Restauração de solos com blocos de cianobactérias: A inovadora “pele ecológica” que freia a desertificação em um ano

Cientistas chineses trabalham na restauração de solos e desenvolvem placas biotecnológicas capazes de estabilizar terrenos áridos e gerar crostas biológicas em tempo recorde.

O avanço da degradação das terras áridas encontrou um novo e potente adversário tecnológico.

Uma equipe de pesquisadores da Academia Chinesa de Ciências projetou um método de restauração de solos com blocos de cianobactérias, uma espécie de “pele ecológica” pré-fabricada que permite transformar dunas de areia em terrenos estáveis e biologicamente ativos em apenas doze meses, um processo que, em condições naturais, levaria décadas para ser concluído.

A ciência por trás das crostas biológicas artificiais

O núcleo desta inovação, liderada pelo Instituto de Ecologia e Recursos do Noroeste, reside nas crostas biológicas do solo (CBS). Estas são comunidades orgânicas compostas por cianobactérias, algas, musgos e líquenes que atuam como um escudo protetor nas zonas áridas.

Ao contrário dos métodos tradicionais de fixação de areia —como as barreiras de palha ou os estabilizadores químicos—, esses blocos utilizam a capacidade intrínseca das cianobactérias para segregar substâncias poliméricas extracelulares (EPS).

Essas substâncias funcionam como uma cola natural que une as partículas de areia soltas, criando uma estrutura consolidada que resiste à erosão do vento e melhora a retenção de umidade.

desertificação

Uma mudança de paradigma: Da espera natural à instalação técnica

Historicamente, a formação dessas crostas naturais é um processo extremamente lento e vulnerável às condições climáticas.

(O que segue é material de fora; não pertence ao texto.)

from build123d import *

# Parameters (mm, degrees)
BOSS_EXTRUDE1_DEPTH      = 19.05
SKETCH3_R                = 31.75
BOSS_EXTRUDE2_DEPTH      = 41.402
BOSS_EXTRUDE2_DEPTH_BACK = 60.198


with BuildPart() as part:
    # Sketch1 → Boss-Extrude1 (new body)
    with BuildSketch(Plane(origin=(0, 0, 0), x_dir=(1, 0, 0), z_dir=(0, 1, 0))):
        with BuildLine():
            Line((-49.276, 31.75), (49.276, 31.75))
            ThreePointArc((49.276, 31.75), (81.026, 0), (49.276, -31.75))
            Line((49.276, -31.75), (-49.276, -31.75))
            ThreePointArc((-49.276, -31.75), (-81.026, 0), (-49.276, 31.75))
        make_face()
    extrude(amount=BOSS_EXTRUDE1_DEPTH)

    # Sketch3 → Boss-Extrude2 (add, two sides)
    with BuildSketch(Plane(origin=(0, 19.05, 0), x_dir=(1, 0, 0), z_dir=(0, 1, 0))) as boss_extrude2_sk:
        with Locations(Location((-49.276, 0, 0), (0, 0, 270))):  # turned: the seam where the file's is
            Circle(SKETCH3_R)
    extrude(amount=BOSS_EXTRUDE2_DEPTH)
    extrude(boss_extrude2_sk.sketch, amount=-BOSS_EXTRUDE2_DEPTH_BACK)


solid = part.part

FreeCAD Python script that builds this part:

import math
import FreeCAD as App
import Part
import Sketcher
Q = App.Units.Quantity

doc = App.newDocument("Part")
body = doc.addObject("PartDesign::Body", "Body")

sketch1 = body.newObject("Sketcher::SketchObject", "Sketch")
sketch1.AttachmentSupport = (doc.getObject("XZ_Plane"), [""])
sketch1.MapMode = "FlatFace"
sketch1.addGeometry([
    Part.LineSegment(App.Vector(49, -32, 0), App.Vector(-49, -32, 0)),
    Part.ArcOfCircle(Part.Circle(App.Vector(-49, 0, 0), App.Vector(0, 0, 1), 32), math.radians(90), math.radians(270)),
    Part.LineSegment(App.Vector(-49, 32, 0), App.Vector(49, 32, 0)),
    Part.ArcOfCircle(Part.Circle(App.Vector(49, 0, 0), App.Vector(0, 0, 1), 32), math.radians(-90), math.radians(90)),
], False)
sketch1.addConstraint([
    Sketcher.Constraint("Tangent", 0, 2, 1, 2),
    Sketcher.Constraint("Tangent", 1, 1, 2, 1),
    Sketcher.Constraint("Tangent", 2, 2, 3, 2),
    Sketcher.Constraint("Tangent", 3, 1, 0, 1),
    Sketcher.Constraint("Horizontal", 0),
    Sketcher.Constraint("Horizontal", 2),
    Sketcher.Constraint("Symmetric", 1, 3, 3, 3, -1, 1),
    Sketcher.Constraint("Radius", 1, Q("1.25 in")),
    Sketcher.Constraint("DistanceX", 0, 2, 0, 1, Q("3.88 in")),
])
pad1 = body.newObject("PartDesign::Pad", "Pad")
pad1.Profile = sketch1
pad1.Length = Q("0.75 in")
pad1.Reversed = True

sketch2 = body.newObject("Sketcher::SketchObject", "Sketch001")
sketch2.AttachmentSupport = (doc.getObject("XZ_Plane"), [""])
sketch2.MapMode = "FlatFace"
sketch2.AttachmentOffset = App.Placement(App.Vector(0, 0, -0.75 * 25.4), App.Rotation())
sketch2.addGeometry(Part.Circle(App.Vector(-49, 0, 0), App.Vector(0, 0, 1), 32), False)
sketch2.addConstraint([
    Sketcher.Constraint("PointOnObject", 0, 3, -1),
    Sketcher.Constraint("Diameter", 0, Q("2.5 in")),
    Sketcher.Constraint("DistanceX", 0, 3, -1, 1, Q("1.94 in")),
])
pad2 = body.newObject("PartDesign::Pad", "Pad001")
pad2.Profile = sketch2
pad2.Type = "TwoLengths"
pad2.Length = Q("1.63 in")
pad2.Length2 = Q("2.37 in")
pad2.Reversed = True

doc.recompute()
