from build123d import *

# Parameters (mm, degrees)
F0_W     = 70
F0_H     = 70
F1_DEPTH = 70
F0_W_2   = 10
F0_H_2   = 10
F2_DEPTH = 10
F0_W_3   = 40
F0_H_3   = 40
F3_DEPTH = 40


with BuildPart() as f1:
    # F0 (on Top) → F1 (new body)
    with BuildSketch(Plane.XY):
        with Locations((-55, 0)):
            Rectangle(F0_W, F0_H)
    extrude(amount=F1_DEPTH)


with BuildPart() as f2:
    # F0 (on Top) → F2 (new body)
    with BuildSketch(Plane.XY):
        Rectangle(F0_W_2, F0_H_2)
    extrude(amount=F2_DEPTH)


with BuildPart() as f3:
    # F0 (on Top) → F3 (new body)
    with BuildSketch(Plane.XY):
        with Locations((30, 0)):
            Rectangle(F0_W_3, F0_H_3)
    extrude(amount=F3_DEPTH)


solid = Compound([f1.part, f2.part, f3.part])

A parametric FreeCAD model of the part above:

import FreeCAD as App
import Part
import Sketcher
from FreeCAD import Vector


def add_polygon(sketch, points):
    """Adds a closed chain of lines whose ends are joined by coincident constraints."""
    first, n = sketch.GeometryCount, len(points)
    for a, b in zip(points, points[1:] + points[:1]):
        sketch.addGeometry(Part.LineSegment(App.Vector(*a, 0), App.Vector(*b, 0)), False)
    for i in range(n):
        sketch.addConstraint(Sketcher.Constraint("Coincident", first + i, 2, first + (i + 1) % n, 1))

doc = App.newDocument("Part")
params = doc.addObject("Spreadsheet::Sheet", "Params")
for row, (alias, value) in enumerate([
    ("sketch1_width", "70 mm"),
    ("pad1_length", "70 mm"),
    ("sketch2_width", "10 mm"),
    ("pad2_length", "10 mm"),
    ("sketch3_width", "40 mm"),
    ("pad3_length", "40 mm"),
], start=1):
    params.set(f"A{row}", alias)
    params.set(f"B{row}", "=" + value)
    params.setAlias(f"B{row}", alias)

body = doc.addObject("PartDesign::Body", "Body")

sketch1 = doc.addObject("Sketcher::SketchObject", "Sketch")
body.addObject(sketch1)
sketch1.AttachmentSupport = (doc.XY_Plane, [""])
sketch1.MapMode = "FlatFace"
add_polygon(sketch1, [(-90, 35), (-90, -35), (-20, -35), (-20, 35)])
sketch1.addConstraint(Sketcher.Constraint("Vertical", 0))
sketch1.addConstraint(Sketcher.Constraint("Horizontal", 1))
sketch1.addConstraint(Sketcher.Constraint("Vertical", 2))
sketch1.addConstraint(Sketcher.Constraint("Horizontal", 3))
sketch1.addConstraint(Sketcher.Constraint("Equal", 3, 0))
sketch1.addConstraint(Sketcher.Constraint("DistanceX", 1, 1, 1, 2, 70.0))
sketch1.addConstraint(Sketcher.Constraint("DistanceX", 0, 2, -1, 1, 90.0))
sketch1.addConstraint(Sketcher.Constraint("DistanceY", 0, 2, -1, 1, 35.0))
sketch1.setExpression("Constraints[9]", "Params.sketch1_width")
pad1 = doc.addObject("PartDesign::Pad", "Pad")
body.addObject(pad1)
pad1.Profile = sketch1
pad1.setExpression("Length", "Params.pad1_length")
body2 = doc.addObject("PartDesign::Body", "Body001")

sketch2 = doc.addObject("Sketcher::SketchObject", "Sketch001")
body2.addObject(sketch2)
sketch2.AttachmentSupport = (doc.getObject("XY_Plane001"), [""])
sketch2.MapMode = "FlatFace"
add_polygon(sketch2, [(-5, 5), (-5, -5), (5, -5), (5, 5)])
sketch2.addConstraint(Sketcher.Constraint("Vertical", 0))
sketch2.addConstraint(Sketcher.Constraint("Horizontal", 1))
sketch2.addConstraint(Sketcher.Constraint("Vertical", 2))
sketch2.addConstraint(Sketcher.Constraint("Horizontal", 3))
sketch2.addConstraint(Sketcher.Constraint("Symmetric", 0, 2, 2, 2, -1, 1))
sketch2.addConstraint(Sketcher.Constraint("Equal", 3, 0))
sketch2.addConstraint(Sketcher.Constraint("DistanceX", 1, 1, 1, 2, 10.0))
sketch2.setExpression("Constraints[10]", "Params.sketch2_width")
pad2 = doc.addObject("PartDesign::Pad", "Pad001")
body2.addObject(pad2)
pad2.Profile = sketch2
pad2.setExpression("Length", "Params.pad2_length")
body3 = doc.addObject("PartDesign::Body", "Body002")

sketch3 = doc.addObject("Sketcher::SketchObject", "Sketch002")
body3.addObject(sketch3)
sketch3.AttachmentSupport = (doc.getObject("XY_Plane002"), [""])
sketch3.MapMode = "FlatFace"
add_polygon(sketch3, [(10, 20), (10, -20), (50, -20), (50, 20)])
sketch3.addConstraint(Sketcher.Constraint("Vertical", 0))
sketch3.addConstraint(Sketcher.Constraint("Horizontal", 1))
sketch3.addConstraint(Sketcher.Constraint("Vertical", 2))
sketch3.addConstraint(Sketcher.Constraint("Horizontal", 3))
sketch3.addConstraint(Sketcher.Constraint("Equal", 3, 0))
sketch3.addConstraint(Sketcher.Constraint("DistanceX", 1, 1, 1, 2, 40.0))
sketch3.addConstraint(Sketcher.Constraint("DistanceX", -1, 1, 0, 2, 10.0))
sketch3.addConstraint(Sketcher.Constraint("DistanceY", 0, 2, -1, 1, 20.0))
sketch3.setExpression("Constraints[9]", "Params.sketch3_width")
pad3 = doc.addObject("PartDesign::Pad", "Pad002")
body3.addObject(pad3)
pad3.Profile = sketch3
pad3.setExpression("Length", "Params.pad3_length")

doc.recompute()
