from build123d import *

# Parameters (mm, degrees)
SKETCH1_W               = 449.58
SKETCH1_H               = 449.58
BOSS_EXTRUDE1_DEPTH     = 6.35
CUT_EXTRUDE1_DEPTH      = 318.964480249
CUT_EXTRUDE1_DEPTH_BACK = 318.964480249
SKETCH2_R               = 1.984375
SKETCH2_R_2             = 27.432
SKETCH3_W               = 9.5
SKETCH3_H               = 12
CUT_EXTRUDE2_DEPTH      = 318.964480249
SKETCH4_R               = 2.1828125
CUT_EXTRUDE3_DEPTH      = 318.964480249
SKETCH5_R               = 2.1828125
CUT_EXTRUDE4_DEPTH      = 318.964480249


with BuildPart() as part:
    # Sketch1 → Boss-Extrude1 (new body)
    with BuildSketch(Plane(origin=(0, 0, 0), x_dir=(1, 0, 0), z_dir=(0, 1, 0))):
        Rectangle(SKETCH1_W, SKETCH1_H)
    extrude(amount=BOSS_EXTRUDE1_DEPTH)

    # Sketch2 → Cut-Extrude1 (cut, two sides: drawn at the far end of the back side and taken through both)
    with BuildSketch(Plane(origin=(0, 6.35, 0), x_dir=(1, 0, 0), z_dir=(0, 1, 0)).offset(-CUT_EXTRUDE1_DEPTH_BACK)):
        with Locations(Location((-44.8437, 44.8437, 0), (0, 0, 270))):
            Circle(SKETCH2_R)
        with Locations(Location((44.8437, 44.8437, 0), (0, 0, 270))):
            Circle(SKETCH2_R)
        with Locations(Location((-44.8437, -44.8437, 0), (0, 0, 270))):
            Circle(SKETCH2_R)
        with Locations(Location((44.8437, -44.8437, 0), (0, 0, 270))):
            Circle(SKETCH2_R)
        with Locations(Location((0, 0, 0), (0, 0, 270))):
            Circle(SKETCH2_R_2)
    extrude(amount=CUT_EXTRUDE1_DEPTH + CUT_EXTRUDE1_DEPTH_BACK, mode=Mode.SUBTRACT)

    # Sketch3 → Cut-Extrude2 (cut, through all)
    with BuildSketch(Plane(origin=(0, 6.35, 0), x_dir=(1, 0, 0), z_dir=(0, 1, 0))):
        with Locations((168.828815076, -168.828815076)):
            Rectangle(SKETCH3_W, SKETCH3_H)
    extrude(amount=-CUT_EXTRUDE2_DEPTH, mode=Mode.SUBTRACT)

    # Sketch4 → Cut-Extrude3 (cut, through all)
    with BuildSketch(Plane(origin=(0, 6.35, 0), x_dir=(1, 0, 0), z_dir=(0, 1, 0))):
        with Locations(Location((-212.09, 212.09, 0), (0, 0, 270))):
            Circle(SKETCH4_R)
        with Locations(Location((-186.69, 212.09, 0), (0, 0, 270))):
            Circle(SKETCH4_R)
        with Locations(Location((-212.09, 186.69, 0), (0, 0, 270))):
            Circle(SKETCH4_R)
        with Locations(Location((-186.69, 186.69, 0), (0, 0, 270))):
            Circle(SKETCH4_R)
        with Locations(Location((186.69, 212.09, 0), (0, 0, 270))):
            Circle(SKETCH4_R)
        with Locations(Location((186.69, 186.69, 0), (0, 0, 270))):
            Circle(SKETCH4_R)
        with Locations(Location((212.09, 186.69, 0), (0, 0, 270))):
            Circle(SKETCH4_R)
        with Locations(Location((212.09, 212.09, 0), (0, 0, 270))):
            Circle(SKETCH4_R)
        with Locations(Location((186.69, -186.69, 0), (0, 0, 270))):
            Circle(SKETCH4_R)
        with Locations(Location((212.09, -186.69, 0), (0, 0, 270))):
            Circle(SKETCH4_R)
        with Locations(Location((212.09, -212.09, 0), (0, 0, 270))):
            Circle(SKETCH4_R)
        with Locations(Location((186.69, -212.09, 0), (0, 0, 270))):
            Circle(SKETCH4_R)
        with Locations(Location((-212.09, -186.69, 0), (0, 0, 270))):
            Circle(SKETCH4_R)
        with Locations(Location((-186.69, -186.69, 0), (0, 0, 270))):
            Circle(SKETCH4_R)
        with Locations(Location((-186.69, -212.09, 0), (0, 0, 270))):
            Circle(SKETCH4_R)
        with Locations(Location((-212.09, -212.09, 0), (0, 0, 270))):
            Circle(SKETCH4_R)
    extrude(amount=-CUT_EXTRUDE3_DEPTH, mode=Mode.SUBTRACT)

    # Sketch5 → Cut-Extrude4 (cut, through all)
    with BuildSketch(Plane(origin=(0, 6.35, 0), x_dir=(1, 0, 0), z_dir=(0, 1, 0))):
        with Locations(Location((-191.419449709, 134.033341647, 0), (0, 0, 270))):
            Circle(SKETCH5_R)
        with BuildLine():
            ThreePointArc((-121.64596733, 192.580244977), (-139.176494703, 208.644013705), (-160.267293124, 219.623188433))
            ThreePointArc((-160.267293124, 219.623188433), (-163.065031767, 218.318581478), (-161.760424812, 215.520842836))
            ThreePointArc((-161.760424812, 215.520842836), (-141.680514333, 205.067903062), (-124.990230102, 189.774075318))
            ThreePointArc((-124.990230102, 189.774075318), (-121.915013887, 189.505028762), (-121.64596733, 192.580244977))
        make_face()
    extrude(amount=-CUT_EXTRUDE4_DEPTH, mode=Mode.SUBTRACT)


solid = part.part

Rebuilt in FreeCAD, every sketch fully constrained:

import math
import FreeCAD as App
import Part
import Sketcher
from FreeCAD import Vector
Q = App.Units.Quantity

doc = App.newDocument("Part")
body = doc.addObject("PartDesign::Body", "Body")

# Sketch on XZ plane
sketch1 = body.newObject("Sketcher::SketchObject", "Sketch")
sketch1.AttachmentSupport = (doc.getObject("XZ_Plane"), [""])
sketch1.MapMode = "FlatFace"
sketch1.addGeometry([
    Part.LineSegment(Vector(-225, -225, 0), Vector(-225, 225, 0)),
    Part.LineSegment(Vector(-225, 225, 0), Vector(225, 225, 0)),
    Part.LineSegment(Vector(225, 225, 0), Vector(225, -225, 0)),
    Part.LineSegment(Vector(225, -225, 0), Vector(-225, -225, 0)),
], False)
sketch1.addConstraint([
    Sketcher.Constraint("Coincident", 0, 2, 1, 1),
    Sketcher.Constraint("Coincident", 1, 2, 2, 1),
    Sketcher.Constraint("Coincident", 2, 2, 3, 1),
    Sketcher.Constraint("Coincident", 3, 2, 0, 1),
    Sketcher.Constraint("Vertical", 0),
    Sketcher.Constraint("Horizontal", 1),
    Sketcher.Constraint("Vertical", 2),
    Sketcher.Constraint("Horizontal", 3),
    Sketcher.Constraint("Symmetric", 0, 2, 2, 2, -1, 1),
    Sketcher.Constraint("Equal", 3, 0),
    Sketcher.Constraint("DistanceX", 1, 1, 1, 2, Q("17.7 in")),
])
pad1 = body.newObject("PartDesign::Pad", "Pad")
pad1.Profile = sketch1
pad1.Length = Q("0.25 in")
pad1.Reversed = True

# Sketch on XZ plane
sketch2 = body.newObject("Sketcher::SketchObject", "Sketch001")
sketch2.AttachmentSupport = (doc.getObject("XZ_Plane"), [""])
sketch2.MapMode = "FlatFace"
sketch2.AttachmentOffset = App.Placement(Vector(0, 0, -0.25 * 25.4), App.Rotation())
sketch2.addGeometry([
    Part.Circle(Vector(-44.8, -44.8, 0), Vector(0, 0, 1), 2),  # 0
    Part.Circle(Vector(44.8, -44.8, 0), Vector(0, 0, 1), 2),  # 1
    Part.Circle(Vector(-44.8, 44.8, 0), Vector(0, 0, 1), 2),  # 2
    Part.Circle(Vector(44.8, 44.8, 0), Vector(0, 0, 1), 2),  # 3
    Part.Circle(Vector(0, 0, 0), Vector(0, 0, 1), 27.4),  # 4
], False)
sketch2.addConstraint([
    Sketcher.Constraint("Coincident", 4, 3, -1, 1),
    Sketcher.Constraint("Equal", 0, 1),
    Sketcher.Constraint("Equal", 1, 2),
    Sketcher.Constraint("Equal", 2, 3),
    Sketcher.Constraint("Symmetric", 1, 3, 2, 3, -1, 1),
    Sketcher.Constraint("Symmetric", 0, 3, 3, 3, -1, 1),
    Sketcher.Constraint("Symmetric", 0, 3, 1, 3, -2),
    Sketcher.Constraint("Diameter", 4, Q("2.16 in")),
    Sketcher.Constraint("Diameter", 0, Q("0.15625 in")),
    Sketcher.Constraint("DistanceX", 0, 3, 1, 3, Q("3.531 in")),
    Sketcher.Constraint("DistanceY", 0, 3, 2, 3, Q("3.531 in")),
])
pocket1 = body.newObject("PartDesign::Pocket", "Pocket")
pocket1.Profile = sketch2
pocket1.Type = "ThroughAll"
pocket1.Midplane = True

# Sketch on XZ plane
sketch3 = body.newObject("Sketcher::SketchObject", "Sketch002")
sketch3.AttachmentSupport = (doc.getObject("XZ_Plane"), [""])
sketch3.MapMode = "FlatFace"
sketch3.AttachmentOffset = App.Placement(Vector(0, 0, -0.25 * 25.4), App.Rotation())
sketch3.addGeometry([
    Part.LineSegment(Vector(164, 163, 0), Vector(164, 175, 0)),
    Part.LineSegment(Vector(164, 175, 0), Vector(174, 175, 0)),
    Part.LineSegment(Vector(174, 175, 0), Vector(174, 163, 0)),
    Part.LineSegment(Vector(174, 163, 0), Vector(164, 163, 0)),
], False)
sketch3.addConstraint([
    Sketcher.Constraint("Coincident", 0, 2, 1, 1),
    Sketcher.Constraint("Coincident", 1, 2, 2, 1),
    Sketcher.Constraint("Coincident", 2, 2, 3, 1),
    Sketcher.Constraint("Coincident", 3, 2, 0, 1),
    Sketcher.Constraint("Vertical", 0),
    Sketcher.Constraint("Horizontal", 1),
    Sketcher.Constraint("Vertical", 2),
    Sketcher.Constraint("Horizontal", 3),
    Sketcher.Constraint("DistanceX", 1, 1, 1, 2, Q("9.5 mm")),
    Sketcher.Constraint("DistanceY", 0, 1, 0, 2, Q("12 mm")),
    Sketcher.Constraint("DistanceX", -1, 1, 0, 2, Q("164.078815 mm")),
    Sketcher.Constraint("DistanceY", -1, 1, 0, 2, Q("174.828815 mm")),
])
pocket2 = body.newObject("PartDesign::Pocket", "Pocket001")
pocket2.Profile = sketch3
pocket2.Type = "ThroughAll"
pocket2.Reversed = True

# Sketch on XZ plane
sketch4 = body.newObject("Sketcher::SketchObject", "Sketch003")
sketch4.AttachmentSupport = (doc.getObject("XZ_Plane"), [""])
sketch4.MapMode = "FlatFace"
sketch4.AttachmentOffset = App.Placement(Vector(0, 0, -0.25 * 25.4), App.Rotation())
sketch4.addGeometry([
    Part.Circle(Vector(-212.1, -212.1, 0), Vector(0, 0, 1), 2.2),  # 0
    Part.Circle(Vector(-186.7, -212.1, 0), Vector(0, 0, 1), 2.2),  # 1
    Part.Circle(Vector(-212.1, -186.7, 0), Vector(0, 0, 1), 2.2),  # 2
    Part.Circle(Vector(-186.7, -186.7, 0), Vector(0, 0, 1), 2.2),  # 3
    Part.Circle(Vector(186.7, -212.1, 0), Vector(0, 0, 1), 2.2),  # 4
    Part.Circle(Vector(186.7, -186.7, 0), Vector(0, 0, 1), 2.2),  # 5
    Part.Circle(Vector(212.1, -186.7, 0), Vector(0, 0, 1), 2.2),  # 6
    Part.Circle(Vector(212.1, -212.1, 0), Vector(0, 0, 1), 2.2),  # 7
    Part.Circle(Vector(186.7, 186.7, 0), Vector(0, 0, 1), 2.2),  # 8
    Part.Circle(Vector(212.1, 186.7, 0), Vector(0, 0, 1), 2.2),  # 9
    Part.Circle(Vector(212.1, 212.1, 0), Vector(0, 0, 1), 2.2),  # 10
    Part.Circle(Vector(186.7, 212.1, 0), Vector(0, 0, 1), 2.2),  # 11
    Part.Circle(Vector(-212.1, 186.7, 0), Vector(0, 0, 1), 2.2),  # 12
    Part.Circle(Vector(-186.7, 186.7, 0), Vector(0, 0, 1), 2.2),  # 13
    Part.Circle(Vector(-186.7, 212.1, 0), Vector(0, 0, 1), 2.2),  # 14
    Part.Circle(Vector(-212.1, 212.1, 0), Vector(0, 0, 1), 2.2),  # 15
], False)
sketch4.addConstraint([
    Sketcher.Constraint("Equal", 0, 1),
    Sketcher.Constraint("Equal", 1, 2),
    Sketcher.Constraint("Equal", 2, 3),
    Sketcher.Constraint("Equal", 3, 4),
    Sketcher.Constraint("Equal", 4, 5),
    Sketcher.Constraint("Equal", 5, 6),
    Sketcher.Constraint("Equal", 6, 7),
    Sketcher.Constraint("Equal", 7, 8),
    Sketcher.Constraint("Equal", 8, 9),
    Sketcher.Constraint("Equal", 9, 10),
    Sketcher.Constraint("Equal", 10, 11),
    Sketcher.Constraint("Equal", 11, 12),
    Sketcher.Constraint("Equal", 12, 13),
    Sketcher.Constraint("Equal", 13, 14),
    Sketcher.Constraint("Equal", 14, 15),
    Sketcher.Constraint("Symmetric", 3, 3, 8, 3, -1, 1),
    Sketcher.Constraint("Symmetric", 2, 3, 9, 3, -1, 1),
    Sketcher.Constraint("Symmetric", 0, 3, 10, 3, -1, 1),
    Sketcher.Constraint("Symmetric", 1, 3, 11, 3, -1, 1),
    Sketcher.Constraint("Symmetric", 6, 3, 12, 3, -1, 1),
    Sketcher.Constraint("Symmetric", 5, 3, 13, 3, -1, 1),
    Sketcher.Constraint("Symmetric", 4, 3, 14, 3, -1, 1),
    Sketcher.Constraint("Symmetric", 7, 3, 15, 3, -1, 1),
    Sketcher.Constraint("Symmetric", 1, 3, 4, 3, -2),
    Sketcher.Constraint("Symmetric", 3, 3, 5, 3, -2),
    Sketcher.Constraint("Symmetric", 2, 3, 6, 3, -2),
    Sketcher.Constraint("Symmetric", 0, 3, 7, 3, -2),
    Sketcher.Constraint("Horizontal", 0, 3, 1, 3),
    Sketcher.Constraint("Horizontal", 2, 3, 3, 3),
    Sketcher.Constraint("Vertical", 0, 3, 2, 3),
    Sketcher.Constraint("Vertical", 1, 3, 3, 3),
    Sketcher.Constraint("Diameter", 0, Q("0.171875 in")),
    Sketcher.Constraint("DistanceX", 0, 3, 1, 3, Q("1 in")),
    Sketcher.Constraint("DistanceY", 0, 3, 2, 3, Q("1 in")),
    Sketcher.Constraint("DistanceX", 1, 3, 4, 3, Q("14.7 in")),
    Sketcher.Constraint("DistanceY", 5, 3, 8, 3, Q("14.7 in")),
])
pocket3 = body.newObject("PartDesign::Pocket", "Pocket002")
pocket3.Profile = sketch4
pocket3.Type = "ThroughAll"
pocket3.Reversed = True

# Sketch on XZ plane
sketch5 = body.newObject("Sketcher::SketchObject", "Sketch004")
sketch5.AttachmentSupport = (doc.getObject("XZ_Plane"), [""])
sketch5.MapMode = "FlatFace"
sketch5.AttachmentOffset = App.Placement(Vector(0, 0, -0.25 * 25.4), App.Rotation())
sketch5.addGeometry([
    Part.Circle(Vector(-191.4, -134, 0), Vector(0, 0, 1), 2.2),  # 0
    Part.ArcOfCircle(Part.Circle(Vector(-191.4, -134, 0), Vector(0, 0, 1), 91.1), math.radians(-70), math.radians(-40)),  # 1
    Part.ArcOfCircle(Part.Circle(Vector(-161, -217.6, 0), Vector(0, 0, 1), 2.2), math.radians(110), math.radians(290)),  # 2
    Part.ArcOfCircle(Part.Circle(Vector(-191.4, -134, 0), Vector(0, 0, 1), 86.7), math.radians(-70), math.radians(-40)),  # 3
    Part.ArcOfCircle(Part.Circle(Vector(-123.3, -191.2, 0), Vector(0, 0, 1), 2.2), math.radians(-40), math.radians(140)),  # 4
], False)
sketch5.addConstraint([
    Sketcher.Constraint("Tangent", 1, 1, 2, 2),
    Sketcher.Constraint("Tangent", 2, 1, 3, 1),
    Sketcher.Constraint("Tangent", 3, 2, 4, 2),
    Sketcher.Constraint("Tangent", 4, 1, 1, 2),
    Sketcher.Constraint("Coincident", 1, 3, 0, 3),
    Sketcher.Constraint("Coincident", 3, 3, 0, 3),
    Sketcher.Constraint("Equal", 0, 2),
    Sketcher.Constraint("Diameter", 0, Q("0.171875 in")),
    Sketcher.Constraint("Radius", 1, Q("91.082813 mm")),
    Sketcher.Constraint("DistanceX", 4, 3, -1, 1, Q("123.318099 mm")),
    Sketcher.Constraint("DistanceY", 2, 1, 0, 3, Q("81.487501 mm")),
    Sketcher.Constraint("DistanceX", 0, 3, -1, 1, Q("191.41945 mm")),
    Sketcher.Constraint("DistanceY", 0, 3, -1, 1, Q("134.033342 mm")),
])
pocket4 = body.newObject("PartDesign::Pocket", "Pocket003")
pocket4.Profile = sketch5
pocket4.Type = "ThroughAll"
pocket4.Reversed = True

doc.recompute()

A técnica chinesa rompe essa limitação mediante a criação de placas biotecnológicas de algas cultivadas em condições controladas. Esses blocos são instalados sobre o terreno como se fossem ladrilhos ou uma “pele” protetora, eliminando a fase de vulnerabilidade inicial das semeaduras por aspersão tradicionais.

Os resultados dos testes de campo demonstraram que esta restauração de solos com blocos de cianobactérias alcança uma cobertura e estabilidade equivalentes às de uma crosta natural madura em apenas um ano.

Além de frear o movimento das dunas, esses blocos iniciam um ciclo virtuoso: aumentam a fixação de nitrogênio e carbono no solo, facilitando que outras espécies vegetais possam colonizar a área a médio prazo.

Impacto ecológico e viabilidade futura

Este sistema não só se destaca por sua velocidade, mas por sua resiliência. A estrutura criada pelos cientistas do Laboratório Chave de Reabilitação de Ambientes Desérticos permite que o ecossistema artificial suporte condições de aridez extrema enquanto recupera funções ecossistêmicas críticas.

Ao atuar como uma barreira física e biológica, reduz-se drasticamente a perda de nutrientes e fomenta-se a biodiversidade microbiológica do subsolo.

A implementação desta “pele ecológica” representa um marco na engenharia ambiental, oferecendo uma solução escalável e sustentável para os países que enfrentam a ameaça da desertificação, um fenômeno que afeta a segurança alimentar e climática a nível global.